-- Activity --
Retype each line exactly as it stands, beginning at the first line of the material and finishing with the line that contains "#79=ORIENTED_EDGE('',*,*,#78,.T.);".
────────────────
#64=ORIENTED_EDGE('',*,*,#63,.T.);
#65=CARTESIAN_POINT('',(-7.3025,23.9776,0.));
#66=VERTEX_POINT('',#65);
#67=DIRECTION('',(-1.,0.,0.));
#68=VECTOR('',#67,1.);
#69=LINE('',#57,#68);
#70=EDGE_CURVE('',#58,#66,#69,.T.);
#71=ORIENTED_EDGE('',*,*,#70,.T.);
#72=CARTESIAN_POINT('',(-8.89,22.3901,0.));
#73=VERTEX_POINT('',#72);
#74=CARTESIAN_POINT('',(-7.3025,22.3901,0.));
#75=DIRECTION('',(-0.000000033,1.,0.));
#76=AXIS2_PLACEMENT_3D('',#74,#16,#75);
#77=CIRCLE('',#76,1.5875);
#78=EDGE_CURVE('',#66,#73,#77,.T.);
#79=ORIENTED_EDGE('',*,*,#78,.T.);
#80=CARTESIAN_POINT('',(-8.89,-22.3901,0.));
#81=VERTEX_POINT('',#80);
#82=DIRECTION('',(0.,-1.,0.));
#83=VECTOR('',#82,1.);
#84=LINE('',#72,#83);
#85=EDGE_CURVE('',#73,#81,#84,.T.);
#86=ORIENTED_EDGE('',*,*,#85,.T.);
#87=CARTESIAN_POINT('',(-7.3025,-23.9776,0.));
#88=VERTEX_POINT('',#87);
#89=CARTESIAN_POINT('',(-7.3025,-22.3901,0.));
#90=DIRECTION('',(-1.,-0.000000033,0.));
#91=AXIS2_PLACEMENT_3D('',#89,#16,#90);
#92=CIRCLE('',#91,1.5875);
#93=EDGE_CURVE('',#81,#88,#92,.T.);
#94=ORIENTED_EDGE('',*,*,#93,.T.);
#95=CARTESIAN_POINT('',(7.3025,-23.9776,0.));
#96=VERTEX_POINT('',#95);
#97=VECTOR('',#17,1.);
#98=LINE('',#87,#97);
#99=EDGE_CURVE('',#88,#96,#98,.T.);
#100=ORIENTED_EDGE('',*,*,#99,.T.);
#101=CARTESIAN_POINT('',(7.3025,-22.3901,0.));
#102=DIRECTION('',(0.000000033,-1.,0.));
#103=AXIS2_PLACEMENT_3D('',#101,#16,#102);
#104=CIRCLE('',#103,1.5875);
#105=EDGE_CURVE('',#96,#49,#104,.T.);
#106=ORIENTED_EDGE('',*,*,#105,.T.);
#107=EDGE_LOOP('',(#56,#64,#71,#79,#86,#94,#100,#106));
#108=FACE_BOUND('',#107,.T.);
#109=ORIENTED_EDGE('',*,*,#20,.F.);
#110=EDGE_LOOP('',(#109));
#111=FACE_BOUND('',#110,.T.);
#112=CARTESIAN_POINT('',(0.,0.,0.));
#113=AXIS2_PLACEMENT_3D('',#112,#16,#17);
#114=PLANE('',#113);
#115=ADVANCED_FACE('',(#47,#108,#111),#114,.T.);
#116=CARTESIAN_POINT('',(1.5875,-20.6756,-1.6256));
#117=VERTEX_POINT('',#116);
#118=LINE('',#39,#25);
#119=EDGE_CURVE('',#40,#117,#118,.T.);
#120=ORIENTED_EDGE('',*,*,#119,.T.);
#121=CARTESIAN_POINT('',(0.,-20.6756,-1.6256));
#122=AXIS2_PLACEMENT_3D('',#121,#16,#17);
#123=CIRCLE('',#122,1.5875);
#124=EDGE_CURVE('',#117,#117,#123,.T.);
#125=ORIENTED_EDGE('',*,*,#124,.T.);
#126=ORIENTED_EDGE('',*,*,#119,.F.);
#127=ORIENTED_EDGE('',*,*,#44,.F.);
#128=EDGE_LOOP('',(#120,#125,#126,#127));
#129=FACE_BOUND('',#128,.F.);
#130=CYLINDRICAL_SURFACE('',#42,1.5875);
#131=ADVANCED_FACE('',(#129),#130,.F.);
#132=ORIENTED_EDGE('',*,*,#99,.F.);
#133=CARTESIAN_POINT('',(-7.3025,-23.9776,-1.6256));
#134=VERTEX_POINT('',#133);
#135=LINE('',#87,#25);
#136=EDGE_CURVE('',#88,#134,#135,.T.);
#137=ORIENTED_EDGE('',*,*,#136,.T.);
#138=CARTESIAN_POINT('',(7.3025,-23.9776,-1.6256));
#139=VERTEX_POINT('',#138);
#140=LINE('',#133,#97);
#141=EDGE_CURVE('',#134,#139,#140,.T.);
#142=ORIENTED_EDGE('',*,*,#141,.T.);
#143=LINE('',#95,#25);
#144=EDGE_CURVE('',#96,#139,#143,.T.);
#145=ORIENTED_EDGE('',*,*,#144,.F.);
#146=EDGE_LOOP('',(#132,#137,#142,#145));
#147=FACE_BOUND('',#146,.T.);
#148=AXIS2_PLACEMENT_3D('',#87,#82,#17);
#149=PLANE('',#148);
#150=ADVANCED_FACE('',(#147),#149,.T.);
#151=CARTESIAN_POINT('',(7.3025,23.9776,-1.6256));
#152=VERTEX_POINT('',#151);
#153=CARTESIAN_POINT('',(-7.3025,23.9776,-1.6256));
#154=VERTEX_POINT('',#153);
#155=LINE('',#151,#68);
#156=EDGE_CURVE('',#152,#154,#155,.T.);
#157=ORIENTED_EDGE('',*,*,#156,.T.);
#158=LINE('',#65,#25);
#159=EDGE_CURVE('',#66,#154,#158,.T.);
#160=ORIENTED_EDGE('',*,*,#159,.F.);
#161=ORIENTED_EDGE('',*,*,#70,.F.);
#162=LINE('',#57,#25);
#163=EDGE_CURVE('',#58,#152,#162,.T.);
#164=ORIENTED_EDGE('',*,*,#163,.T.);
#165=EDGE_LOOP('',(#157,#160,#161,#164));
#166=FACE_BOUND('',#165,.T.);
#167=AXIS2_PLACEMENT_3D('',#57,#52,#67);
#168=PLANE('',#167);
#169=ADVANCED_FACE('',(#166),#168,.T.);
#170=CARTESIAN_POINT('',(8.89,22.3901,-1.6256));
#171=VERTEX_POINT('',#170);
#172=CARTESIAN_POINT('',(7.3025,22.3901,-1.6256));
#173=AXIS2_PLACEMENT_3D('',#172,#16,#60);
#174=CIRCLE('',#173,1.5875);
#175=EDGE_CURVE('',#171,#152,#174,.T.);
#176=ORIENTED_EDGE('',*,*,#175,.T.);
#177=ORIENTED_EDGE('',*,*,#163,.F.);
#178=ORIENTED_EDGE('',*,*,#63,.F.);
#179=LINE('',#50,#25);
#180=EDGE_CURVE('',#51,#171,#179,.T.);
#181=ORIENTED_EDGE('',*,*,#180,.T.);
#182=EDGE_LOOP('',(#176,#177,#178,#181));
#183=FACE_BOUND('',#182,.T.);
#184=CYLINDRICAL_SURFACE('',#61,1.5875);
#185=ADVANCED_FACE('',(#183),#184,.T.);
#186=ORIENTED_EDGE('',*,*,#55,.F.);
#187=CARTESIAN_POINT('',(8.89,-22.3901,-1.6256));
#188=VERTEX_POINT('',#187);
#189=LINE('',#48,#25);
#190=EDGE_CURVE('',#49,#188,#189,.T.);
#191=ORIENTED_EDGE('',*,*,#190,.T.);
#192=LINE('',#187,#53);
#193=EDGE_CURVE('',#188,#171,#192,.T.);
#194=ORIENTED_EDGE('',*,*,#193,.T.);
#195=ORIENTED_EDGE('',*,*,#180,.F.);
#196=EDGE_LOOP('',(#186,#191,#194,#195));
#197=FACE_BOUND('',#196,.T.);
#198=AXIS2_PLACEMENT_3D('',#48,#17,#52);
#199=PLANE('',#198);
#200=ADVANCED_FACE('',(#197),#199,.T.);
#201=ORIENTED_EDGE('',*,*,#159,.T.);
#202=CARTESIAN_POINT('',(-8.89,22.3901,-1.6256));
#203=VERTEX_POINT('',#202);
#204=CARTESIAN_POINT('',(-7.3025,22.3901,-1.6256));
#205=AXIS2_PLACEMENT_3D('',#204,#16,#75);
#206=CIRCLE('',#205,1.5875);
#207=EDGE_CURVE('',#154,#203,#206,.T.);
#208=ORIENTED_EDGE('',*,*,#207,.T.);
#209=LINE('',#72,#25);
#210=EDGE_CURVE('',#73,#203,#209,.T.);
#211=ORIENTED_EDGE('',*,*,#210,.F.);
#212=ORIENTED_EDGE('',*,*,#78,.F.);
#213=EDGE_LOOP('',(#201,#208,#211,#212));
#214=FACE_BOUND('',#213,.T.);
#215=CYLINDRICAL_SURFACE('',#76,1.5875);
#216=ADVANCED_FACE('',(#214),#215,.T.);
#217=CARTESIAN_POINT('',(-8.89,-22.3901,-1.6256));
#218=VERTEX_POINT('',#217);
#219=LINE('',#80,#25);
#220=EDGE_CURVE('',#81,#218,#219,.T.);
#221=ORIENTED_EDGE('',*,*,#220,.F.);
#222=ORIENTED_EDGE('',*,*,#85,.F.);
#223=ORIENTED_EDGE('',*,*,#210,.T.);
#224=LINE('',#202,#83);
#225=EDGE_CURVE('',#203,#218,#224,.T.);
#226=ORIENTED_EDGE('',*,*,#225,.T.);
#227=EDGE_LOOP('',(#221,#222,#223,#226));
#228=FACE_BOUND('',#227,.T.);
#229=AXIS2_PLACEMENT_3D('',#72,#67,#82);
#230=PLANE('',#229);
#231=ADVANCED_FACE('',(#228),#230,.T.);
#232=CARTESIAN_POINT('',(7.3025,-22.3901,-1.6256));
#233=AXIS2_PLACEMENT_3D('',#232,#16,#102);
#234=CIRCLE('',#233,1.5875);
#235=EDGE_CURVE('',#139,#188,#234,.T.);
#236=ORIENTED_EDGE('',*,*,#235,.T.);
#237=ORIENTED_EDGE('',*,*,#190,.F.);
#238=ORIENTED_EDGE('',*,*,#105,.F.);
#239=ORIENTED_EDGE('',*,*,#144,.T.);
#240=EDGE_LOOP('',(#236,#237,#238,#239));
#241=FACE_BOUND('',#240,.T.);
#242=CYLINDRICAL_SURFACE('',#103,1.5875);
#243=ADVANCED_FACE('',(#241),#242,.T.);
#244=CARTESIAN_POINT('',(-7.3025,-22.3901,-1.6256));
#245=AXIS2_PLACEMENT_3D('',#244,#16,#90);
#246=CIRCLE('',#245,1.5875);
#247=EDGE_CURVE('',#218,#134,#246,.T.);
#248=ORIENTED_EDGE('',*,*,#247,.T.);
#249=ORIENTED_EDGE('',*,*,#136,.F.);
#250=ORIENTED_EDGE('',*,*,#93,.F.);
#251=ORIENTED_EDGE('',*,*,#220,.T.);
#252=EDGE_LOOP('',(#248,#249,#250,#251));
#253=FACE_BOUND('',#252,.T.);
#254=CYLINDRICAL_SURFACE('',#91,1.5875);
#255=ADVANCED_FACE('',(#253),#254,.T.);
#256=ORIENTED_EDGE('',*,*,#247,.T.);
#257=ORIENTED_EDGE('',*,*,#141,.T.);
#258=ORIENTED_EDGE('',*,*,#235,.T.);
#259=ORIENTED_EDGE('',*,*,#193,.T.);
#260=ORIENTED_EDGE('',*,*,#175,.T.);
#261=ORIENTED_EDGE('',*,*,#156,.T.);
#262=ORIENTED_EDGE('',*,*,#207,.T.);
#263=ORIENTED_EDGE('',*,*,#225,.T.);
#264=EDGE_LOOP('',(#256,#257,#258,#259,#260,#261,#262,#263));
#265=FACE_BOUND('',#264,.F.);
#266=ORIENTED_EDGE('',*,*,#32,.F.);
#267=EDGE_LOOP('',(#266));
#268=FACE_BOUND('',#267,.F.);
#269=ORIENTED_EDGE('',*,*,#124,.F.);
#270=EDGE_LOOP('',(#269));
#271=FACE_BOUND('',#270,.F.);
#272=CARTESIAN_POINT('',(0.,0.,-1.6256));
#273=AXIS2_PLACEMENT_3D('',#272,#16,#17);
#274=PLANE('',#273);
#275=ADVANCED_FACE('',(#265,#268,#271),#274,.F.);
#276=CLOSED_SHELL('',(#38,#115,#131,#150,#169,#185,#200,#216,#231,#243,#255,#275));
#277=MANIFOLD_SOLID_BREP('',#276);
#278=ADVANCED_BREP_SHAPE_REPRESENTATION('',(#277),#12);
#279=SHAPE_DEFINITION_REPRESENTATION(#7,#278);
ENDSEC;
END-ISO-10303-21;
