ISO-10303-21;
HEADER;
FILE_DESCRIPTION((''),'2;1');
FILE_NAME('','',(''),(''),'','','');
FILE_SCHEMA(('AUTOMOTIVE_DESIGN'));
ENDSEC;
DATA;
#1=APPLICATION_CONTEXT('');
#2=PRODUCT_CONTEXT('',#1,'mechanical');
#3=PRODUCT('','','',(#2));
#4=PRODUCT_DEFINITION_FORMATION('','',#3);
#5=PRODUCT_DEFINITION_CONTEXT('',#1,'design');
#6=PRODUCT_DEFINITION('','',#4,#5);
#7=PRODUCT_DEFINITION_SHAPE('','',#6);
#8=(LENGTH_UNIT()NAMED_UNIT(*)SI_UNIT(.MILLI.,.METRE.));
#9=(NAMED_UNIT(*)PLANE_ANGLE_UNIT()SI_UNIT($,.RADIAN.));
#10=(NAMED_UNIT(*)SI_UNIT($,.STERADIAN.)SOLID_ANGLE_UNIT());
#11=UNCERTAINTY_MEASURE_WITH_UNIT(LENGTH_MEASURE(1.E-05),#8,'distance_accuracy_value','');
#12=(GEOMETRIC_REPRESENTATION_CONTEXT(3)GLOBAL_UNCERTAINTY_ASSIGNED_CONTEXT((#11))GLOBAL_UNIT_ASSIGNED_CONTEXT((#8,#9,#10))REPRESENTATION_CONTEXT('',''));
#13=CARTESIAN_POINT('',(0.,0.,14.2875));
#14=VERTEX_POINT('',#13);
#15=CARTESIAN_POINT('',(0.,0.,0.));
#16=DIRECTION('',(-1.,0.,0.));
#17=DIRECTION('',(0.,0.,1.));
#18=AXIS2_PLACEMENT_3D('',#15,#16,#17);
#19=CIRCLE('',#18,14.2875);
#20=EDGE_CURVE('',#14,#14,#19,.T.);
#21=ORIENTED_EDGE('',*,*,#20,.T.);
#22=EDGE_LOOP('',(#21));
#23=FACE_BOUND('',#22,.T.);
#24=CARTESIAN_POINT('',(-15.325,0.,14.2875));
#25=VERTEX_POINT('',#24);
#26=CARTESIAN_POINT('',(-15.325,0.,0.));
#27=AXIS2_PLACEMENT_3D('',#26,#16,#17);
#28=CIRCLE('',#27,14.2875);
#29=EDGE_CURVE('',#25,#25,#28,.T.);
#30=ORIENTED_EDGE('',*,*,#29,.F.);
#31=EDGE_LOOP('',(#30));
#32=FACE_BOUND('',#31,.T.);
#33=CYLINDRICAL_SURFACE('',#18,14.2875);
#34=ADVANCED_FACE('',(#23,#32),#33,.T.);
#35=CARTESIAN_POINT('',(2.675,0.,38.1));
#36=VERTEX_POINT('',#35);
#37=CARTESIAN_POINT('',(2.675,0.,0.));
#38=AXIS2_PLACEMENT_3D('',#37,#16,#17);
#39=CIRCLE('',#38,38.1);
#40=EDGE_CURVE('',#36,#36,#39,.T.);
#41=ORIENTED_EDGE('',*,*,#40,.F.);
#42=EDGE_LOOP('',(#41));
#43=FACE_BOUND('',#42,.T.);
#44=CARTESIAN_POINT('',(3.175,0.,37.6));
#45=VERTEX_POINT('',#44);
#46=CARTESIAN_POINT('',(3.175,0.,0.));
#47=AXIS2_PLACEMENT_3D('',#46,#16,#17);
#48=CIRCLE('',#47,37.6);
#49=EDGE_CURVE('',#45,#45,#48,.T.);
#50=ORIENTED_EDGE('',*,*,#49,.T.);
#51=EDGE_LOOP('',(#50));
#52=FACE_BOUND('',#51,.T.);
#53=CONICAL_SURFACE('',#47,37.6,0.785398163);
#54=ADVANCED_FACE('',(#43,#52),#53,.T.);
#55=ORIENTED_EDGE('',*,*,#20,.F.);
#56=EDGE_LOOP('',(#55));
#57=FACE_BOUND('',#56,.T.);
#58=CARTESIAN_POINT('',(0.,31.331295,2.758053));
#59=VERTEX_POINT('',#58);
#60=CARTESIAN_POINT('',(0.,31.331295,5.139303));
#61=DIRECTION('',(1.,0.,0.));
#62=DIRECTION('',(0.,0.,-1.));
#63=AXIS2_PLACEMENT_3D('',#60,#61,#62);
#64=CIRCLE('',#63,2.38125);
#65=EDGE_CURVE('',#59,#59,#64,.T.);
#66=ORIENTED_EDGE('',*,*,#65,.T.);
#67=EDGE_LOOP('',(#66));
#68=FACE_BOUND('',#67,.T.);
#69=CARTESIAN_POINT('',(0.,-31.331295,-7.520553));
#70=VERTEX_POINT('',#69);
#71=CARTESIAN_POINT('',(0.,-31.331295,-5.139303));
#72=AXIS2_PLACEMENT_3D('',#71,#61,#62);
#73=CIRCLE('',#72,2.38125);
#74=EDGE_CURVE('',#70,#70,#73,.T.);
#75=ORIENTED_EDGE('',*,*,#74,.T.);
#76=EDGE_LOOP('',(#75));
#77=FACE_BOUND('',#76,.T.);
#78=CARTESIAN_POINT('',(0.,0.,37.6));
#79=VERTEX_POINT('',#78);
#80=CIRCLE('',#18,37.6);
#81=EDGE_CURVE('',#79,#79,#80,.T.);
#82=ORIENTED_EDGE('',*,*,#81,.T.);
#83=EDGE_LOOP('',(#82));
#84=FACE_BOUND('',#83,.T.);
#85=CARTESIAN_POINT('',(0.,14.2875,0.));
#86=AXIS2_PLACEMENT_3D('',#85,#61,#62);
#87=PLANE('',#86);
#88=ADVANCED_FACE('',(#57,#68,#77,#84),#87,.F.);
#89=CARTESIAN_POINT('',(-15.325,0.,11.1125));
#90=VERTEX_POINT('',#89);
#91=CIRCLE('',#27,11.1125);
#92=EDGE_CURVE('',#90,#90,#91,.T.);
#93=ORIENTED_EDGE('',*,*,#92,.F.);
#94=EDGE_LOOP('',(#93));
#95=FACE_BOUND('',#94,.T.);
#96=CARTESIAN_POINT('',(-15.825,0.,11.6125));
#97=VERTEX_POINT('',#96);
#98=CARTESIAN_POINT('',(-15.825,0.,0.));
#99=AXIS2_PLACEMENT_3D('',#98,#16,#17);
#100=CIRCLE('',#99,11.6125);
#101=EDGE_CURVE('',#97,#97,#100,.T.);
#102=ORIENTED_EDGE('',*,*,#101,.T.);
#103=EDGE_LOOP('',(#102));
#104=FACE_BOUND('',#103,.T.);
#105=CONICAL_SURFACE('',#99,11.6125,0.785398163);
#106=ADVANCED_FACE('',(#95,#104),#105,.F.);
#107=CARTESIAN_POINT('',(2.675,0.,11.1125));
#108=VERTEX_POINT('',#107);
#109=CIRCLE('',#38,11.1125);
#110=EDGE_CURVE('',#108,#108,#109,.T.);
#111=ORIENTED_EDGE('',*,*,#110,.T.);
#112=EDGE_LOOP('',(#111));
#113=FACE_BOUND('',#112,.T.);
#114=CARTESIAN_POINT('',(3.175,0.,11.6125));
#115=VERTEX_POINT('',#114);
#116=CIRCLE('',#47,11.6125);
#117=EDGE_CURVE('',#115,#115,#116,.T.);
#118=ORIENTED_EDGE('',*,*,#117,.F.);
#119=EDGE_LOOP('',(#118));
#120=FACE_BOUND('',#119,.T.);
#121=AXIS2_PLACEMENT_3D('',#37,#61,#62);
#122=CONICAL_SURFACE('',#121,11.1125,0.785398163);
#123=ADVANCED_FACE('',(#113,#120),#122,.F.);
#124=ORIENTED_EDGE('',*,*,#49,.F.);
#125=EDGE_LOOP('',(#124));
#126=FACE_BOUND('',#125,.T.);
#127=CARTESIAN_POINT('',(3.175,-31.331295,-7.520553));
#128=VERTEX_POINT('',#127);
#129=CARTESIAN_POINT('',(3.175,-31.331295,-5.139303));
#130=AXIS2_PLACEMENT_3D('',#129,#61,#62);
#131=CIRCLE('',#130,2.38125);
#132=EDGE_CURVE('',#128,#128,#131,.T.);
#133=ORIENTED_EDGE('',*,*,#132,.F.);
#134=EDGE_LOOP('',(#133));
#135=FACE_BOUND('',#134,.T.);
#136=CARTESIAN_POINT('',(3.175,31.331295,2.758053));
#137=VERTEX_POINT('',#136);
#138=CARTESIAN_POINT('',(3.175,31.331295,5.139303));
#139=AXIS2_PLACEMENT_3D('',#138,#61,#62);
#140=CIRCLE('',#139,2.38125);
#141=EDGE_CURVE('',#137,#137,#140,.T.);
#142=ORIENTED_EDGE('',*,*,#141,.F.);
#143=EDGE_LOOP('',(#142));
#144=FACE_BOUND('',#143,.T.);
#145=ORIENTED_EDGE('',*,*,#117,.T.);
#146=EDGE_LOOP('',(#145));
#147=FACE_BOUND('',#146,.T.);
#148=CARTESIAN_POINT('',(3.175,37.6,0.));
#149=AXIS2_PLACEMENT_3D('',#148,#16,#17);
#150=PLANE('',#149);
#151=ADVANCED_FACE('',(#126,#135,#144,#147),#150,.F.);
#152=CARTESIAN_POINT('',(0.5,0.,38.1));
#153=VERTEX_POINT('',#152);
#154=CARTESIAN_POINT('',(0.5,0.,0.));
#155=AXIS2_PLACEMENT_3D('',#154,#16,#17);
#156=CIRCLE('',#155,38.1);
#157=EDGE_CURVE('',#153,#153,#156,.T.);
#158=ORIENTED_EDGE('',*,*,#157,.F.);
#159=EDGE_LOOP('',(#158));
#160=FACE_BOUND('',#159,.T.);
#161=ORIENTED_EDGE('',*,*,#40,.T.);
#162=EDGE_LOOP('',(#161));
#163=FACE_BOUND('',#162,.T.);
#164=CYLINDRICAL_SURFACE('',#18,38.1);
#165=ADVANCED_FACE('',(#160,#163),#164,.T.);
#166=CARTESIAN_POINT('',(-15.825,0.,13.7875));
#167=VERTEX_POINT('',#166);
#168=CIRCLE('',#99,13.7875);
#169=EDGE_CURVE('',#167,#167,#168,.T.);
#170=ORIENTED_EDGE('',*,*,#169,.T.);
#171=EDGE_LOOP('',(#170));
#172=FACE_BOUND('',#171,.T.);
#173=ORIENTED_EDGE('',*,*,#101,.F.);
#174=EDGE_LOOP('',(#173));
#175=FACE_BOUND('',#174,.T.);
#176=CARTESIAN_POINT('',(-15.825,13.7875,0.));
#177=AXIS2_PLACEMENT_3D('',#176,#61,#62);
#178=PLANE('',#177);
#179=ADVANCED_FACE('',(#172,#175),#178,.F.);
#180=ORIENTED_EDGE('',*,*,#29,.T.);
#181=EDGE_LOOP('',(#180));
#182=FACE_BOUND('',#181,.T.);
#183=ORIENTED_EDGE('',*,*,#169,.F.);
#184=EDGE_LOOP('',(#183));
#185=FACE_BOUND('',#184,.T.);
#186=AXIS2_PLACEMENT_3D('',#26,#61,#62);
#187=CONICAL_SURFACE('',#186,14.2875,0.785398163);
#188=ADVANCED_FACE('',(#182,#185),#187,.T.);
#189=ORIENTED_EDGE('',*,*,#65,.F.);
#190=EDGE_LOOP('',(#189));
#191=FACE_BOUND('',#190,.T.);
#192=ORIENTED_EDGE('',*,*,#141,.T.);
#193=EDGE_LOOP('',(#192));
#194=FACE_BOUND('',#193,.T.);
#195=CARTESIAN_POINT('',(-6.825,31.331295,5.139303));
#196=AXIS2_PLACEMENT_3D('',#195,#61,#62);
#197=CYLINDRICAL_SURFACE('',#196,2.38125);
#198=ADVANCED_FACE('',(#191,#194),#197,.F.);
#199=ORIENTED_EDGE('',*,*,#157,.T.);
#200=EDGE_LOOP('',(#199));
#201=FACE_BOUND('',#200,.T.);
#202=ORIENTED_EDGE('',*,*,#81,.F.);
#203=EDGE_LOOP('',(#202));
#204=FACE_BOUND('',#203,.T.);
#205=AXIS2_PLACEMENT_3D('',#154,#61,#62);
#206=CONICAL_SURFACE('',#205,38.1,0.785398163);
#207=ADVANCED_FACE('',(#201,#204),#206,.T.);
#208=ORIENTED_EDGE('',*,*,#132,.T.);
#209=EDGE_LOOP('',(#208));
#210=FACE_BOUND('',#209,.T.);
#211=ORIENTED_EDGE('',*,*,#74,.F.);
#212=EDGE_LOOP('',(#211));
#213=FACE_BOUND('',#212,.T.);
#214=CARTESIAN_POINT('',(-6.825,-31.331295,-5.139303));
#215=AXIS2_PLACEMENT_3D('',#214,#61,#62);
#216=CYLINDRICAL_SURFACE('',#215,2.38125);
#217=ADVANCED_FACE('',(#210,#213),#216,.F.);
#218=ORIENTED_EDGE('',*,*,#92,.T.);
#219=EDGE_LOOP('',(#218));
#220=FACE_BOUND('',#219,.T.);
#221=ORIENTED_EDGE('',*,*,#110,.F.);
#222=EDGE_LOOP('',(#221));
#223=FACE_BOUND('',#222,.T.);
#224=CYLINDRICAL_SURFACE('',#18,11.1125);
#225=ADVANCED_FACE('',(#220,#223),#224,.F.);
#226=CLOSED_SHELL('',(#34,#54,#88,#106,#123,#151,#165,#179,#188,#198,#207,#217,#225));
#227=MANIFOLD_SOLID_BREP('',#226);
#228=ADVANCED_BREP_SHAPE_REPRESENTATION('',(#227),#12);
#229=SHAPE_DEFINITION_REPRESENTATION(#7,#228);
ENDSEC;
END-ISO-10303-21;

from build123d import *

# Parameters (mm, degrees)
SKETCH2_R          = 2.38125
CUT_EXTRUDE1_DEPTH = 10


with BuildPart() as part:
    # Sketch1 → Revolve1 (revolve)
    with BuildSketch(Plane.XY, mode=Mode.PRIVATE) as revolve1_sk:
        Polygon((-15.825, 13.7875), (-15.825, 11.6125), (-15.325, 11.1125), (2.675, 11.1125), (3.175, 11.6125), (3.175, 37.6), (2.675, 38.1), (0.5, 38.1), (0, 37.6), (0, 14.2875), (-15.325, 14.2875), align=None)
    revolve(revolve1_sk.sketch.rotate(Axis((0, 0, 0), (1, 0, 0)), 90), axis=Axis((0, 0, 0), (1, 0, 0)))

    # Sketch2 → Cut-Extrude1 (cut)
    with BuildSketch(Plane(origin=(3.175, 0, 0), x_dir=(0, 0, -1), z_dir=(1, 0, 0))):
        with Locations((-5.139303331, 31.331295238)):
            Circle(SKETCH2_R)
        with Locations((5.139303331, -31.331295238)):
            Circle(SKETCH2_R)
    extrude(amount=-CUT_EXTRUDE1_DEPTH, mode=Mode.SUBTRACT)


solid = part.part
────────────────
-- Answer to this exercise --
#64=ORIENTED_EDGE('',*,*,#63,.T.);
#65=CARTESIAN_POINT('',(-7.3025,23.9776,0.));
#66=VERTEX_POINT('',#65);
#67=DIRECTION('',(-1.,0.,0.));
#68=VECTOR('',#67,1.);
#69=LINE('',#57,#68);
#70=EDGE_CURVE('',#58,#66,#69,.T.);
#71=ORIENTED_EDGE('',*,*,#70,.T.);
#72=CARTESIAN_POINT('',(-8.89,22.3901,0.));
#73=VERTEX_POINT('',#72);
#74=CARTESIAN_POINT('',(-7.3025,22.3901,0.));
#75=DIRECTION('',(-0.000000033,1.,0.));
#76=AXIS2_PLACEMENT_3D('',#74,#16,#75);
#77=CIRCLE('',#76,1.5875);
#78=EDGE_CURVE('',#66,#73,#77,.T.);
#79=ORIENTED_EDGE('',*,*,#78,.T.);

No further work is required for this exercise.